I've made this soup several times and love it more every time! The first time, I made it exactly to the recipe specifications, but found it just a little lacking. The tenderloin was not the right consistency for what my husband and I were hoping for, so after that, I started substituting ground pork (after reading other reviews about using spicy sausage, I may try the spicy ground pork from our local butcher!), added two cubed zucchinis, and used about half the onion and replaced it with a roughly chopped leek. Other variations: remove the pork altogether (to make it vegetarian); add lima beans and sweet corn or carrots; add mushrooms and celery... I've left the paprika out completely (by accident) and it comes out just fine, as long as you replace it with some other kind of spice. Delicious!
Pork, White Bean & Kale Soup
From EatingWell: September/October 2007
Kale is matched up here with white beans and chunks of lean pork tenderloin to create a soup that's satisfying and quick to make. Smoked paprika gives the soup a Spanish flair so some warm bread and sliced Manchego cheese would go well on the side.

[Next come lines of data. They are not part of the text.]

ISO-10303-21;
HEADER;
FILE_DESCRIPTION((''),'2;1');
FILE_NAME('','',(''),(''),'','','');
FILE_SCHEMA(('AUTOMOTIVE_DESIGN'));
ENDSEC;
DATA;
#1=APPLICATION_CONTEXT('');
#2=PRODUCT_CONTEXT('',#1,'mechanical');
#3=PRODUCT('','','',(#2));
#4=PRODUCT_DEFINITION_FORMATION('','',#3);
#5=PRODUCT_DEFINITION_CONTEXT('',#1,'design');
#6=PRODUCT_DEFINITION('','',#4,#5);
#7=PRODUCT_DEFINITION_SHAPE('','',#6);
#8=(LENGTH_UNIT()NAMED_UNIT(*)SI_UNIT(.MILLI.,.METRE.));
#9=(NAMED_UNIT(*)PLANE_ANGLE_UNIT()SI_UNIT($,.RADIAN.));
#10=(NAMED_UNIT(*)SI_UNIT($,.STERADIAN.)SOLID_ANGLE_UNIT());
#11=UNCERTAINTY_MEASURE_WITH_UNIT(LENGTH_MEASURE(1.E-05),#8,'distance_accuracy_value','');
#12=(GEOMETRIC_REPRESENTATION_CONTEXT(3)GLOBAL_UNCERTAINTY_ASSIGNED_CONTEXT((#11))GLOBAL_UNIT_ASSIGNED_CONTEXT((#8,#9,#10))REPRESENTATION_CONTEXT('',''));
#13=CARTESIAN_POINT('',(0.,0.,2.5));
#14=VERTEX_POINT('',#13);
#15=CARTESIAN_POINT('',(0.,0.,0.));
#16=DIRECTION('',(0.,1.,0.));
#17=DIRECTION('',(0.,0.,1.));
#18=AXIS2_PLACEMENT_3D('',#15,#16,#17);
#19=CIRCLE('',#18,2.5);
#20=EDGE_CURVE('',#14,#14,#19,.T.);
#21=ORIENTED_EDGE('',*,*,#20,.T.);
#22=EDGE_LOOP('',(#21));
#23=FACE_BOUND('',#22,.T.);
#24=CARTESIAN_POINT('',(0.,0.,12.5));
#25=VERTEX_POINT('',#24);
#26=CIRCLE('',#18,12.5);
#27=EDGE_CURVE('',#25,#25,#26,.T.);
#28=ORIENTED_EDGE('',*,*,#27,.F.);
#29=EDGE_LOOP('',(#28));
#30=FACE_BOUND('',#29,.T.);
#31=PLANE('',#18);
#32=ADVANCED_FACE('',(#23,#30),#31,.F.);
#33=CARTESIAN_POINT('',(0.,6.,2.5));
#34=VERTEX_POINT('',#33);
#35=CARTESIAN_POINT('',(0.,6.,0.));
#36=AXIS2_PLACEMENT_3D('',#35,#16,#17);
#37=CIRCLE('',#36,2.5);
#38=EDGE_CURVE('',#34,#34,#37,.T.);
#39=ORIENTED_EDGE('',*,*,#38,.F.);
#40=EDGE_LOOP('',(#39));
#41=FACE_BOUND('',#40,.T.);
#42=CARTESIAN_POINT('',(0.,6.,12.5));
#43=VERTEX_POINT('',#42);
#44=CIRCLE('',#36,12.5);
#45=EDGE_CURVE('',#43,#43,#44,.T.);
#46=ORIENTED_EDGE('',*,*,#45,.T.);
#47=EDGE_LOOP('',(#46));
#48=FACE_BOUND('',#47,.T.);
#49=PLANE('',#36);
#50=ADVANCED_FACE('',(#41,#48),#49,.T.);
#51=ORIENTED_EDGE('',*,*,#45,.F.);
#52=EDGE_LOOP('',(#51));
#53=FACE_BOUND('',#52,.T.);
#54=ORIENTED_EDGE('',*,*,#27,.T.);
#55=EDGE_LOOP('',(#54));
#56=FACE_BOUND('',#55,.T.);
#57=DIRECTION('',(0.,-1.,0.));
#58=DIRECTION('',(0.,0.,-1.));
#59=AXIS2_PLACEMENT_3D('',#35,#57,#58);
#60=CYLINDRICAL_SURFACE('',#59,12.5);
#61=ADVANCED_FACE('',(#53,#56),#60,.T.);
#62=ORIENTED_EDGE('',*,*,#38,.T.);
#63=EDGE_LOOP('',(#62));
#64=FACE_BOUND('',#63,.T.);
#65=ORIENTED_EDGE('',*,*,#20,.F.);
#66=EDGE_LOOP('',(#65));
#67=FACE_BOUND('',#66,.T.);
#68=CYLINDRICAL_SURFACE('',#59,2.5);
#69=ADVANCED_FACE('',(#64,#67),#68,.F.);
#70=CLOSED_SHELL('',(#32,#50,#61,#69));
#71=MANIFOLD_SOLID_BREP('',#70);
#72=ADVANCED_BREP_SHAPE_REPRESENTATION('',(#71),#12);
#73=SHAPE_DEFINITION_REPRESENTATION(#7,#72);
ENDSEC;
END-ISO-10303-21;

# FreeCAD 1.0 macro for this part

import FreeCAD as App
import Part
import Sketcher
from FreeCAD import Vector

doc = App.newDocument("Part")
params = doc.addObject("Spreadsheet::Sheet", "Params")
for row, (alias, value) in enumerate([
    ("sketch1_diameter", "25 mm"),
    ("sketch1_diameter2", "5 mm"),
    ("pad1_length", "6 mm"),
], start=1):
    params.set(f"A{row}", alias)
    params.set(f"B{row}", "=" + value)
    params.setAlias(f"B{row}", alias)

body = doc.addObject("PartDesign::Body", "Body")

sketch1 = body.newObject("Sketcher::SketchObject", "Sketch")
sketch1.AttachmentSupport = (doc.getObject("XZ_Plane"), [""])
sketch1.MapMode = "FlatFace"
sketch1.addGeometry(Part.Circle(Vector(0, 0, 0), Vector(0, 0, 1), 12.5), False)
sketch1.addGeometry(Part.Circle(Vector(0, 0, 0), Vector(0, 0, 1), 2.5), False)
sketch1.addConstraint(Sketcher.Constraint("Coincident", 0, 3, -1, 1))
sketch1.addConstraint(Sketcher.Constraint("Coincident", 1, 3, -1, 1))
sketch1.addConstraint(Sketcher.Constraint("Diameter", 0, 25.0))
sketch1.addConstraint(Sketcher.Constraint("Diameter", 1, 5.0))
sketch1.setExpression("Constraints[2]", "Params.sketch1_diameter")
sketch1.setExpression("Constraints[3]", "Params.sketch1_diameter2")
pad1 = body.newObject("PartDesign::Pad", "Pad")
pad1.Profile = sketch1
pad1.setExpression("Length", "Params.pad1_length")
pad1.Reversed = True

doc.recompute()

45 Reviews for Pork, White Bean & Kale Soup
I ended up making this with boneless/skinless chicken breast because it's what I had thawed. I also substituted Swiss chard for the kale (again...what I had) and my own canned tomatoes for the Romas...you know why. I will make a couple of modifications when I make this again (and I will make it again!).
First and foremost, I WILL NOT use smoked paprika. In our opinion, it totally overpowered any smell coming out of the pot - and it wasn't really a GOOD smell. Oddly, the soup ended up tasting completely different from the aroma. If we could keep from inhaling when we opened our mouths for the spoon, it was better. So no smoked paprika for us. Also, I will mash about half of the beans before adding them to the soup - I think a thicker consistency will make this soup better.
Additionally, I agree with other comments...this soup is just ASKING for some spicy pork sausage.
The local market was out of all natural pork tenderloin so the butcher recommended the all natural sweet Italian pork sausage. The soup was a home run with my 15 year old who tends to be a picky eater. It was truly fabulous! I removed the pork from the casing cooked it stove top in my Dutch oven with the onions and removed excess fat (which was minimal) with paper towel proceeded with garlic and followed recipe....yum!
Made this as a dinner soup / stew using home grown kale and tomatoes and a jar of white beans (from M&S for UK readers) plus a pork tenderloin. I added a pack of pre-chopped chorizo that I had into the onion mix so it got fried with the onion and garlic. Was slightly generous with the spices - I like robust flavors - but the end result was very nice indeed. and my wife was delighted with the end result - we had the soup / stew with some nice granary bread cut thick and toasted.
Leftovers were consumed by extended family - mother in law plus two sisters in law (and ourselves) the following day. Not entirely convinced it tasted any better the next day but it was certainly equally nice.
Overall... a very nice recipe. Prepared with some thought as you balance spices and sugars etc. it works very well and produces a very tasty end result.
We love this recipe. It is healthy, good and I always get compliments! I did add mushrooms, carrots and celery to make it hardier.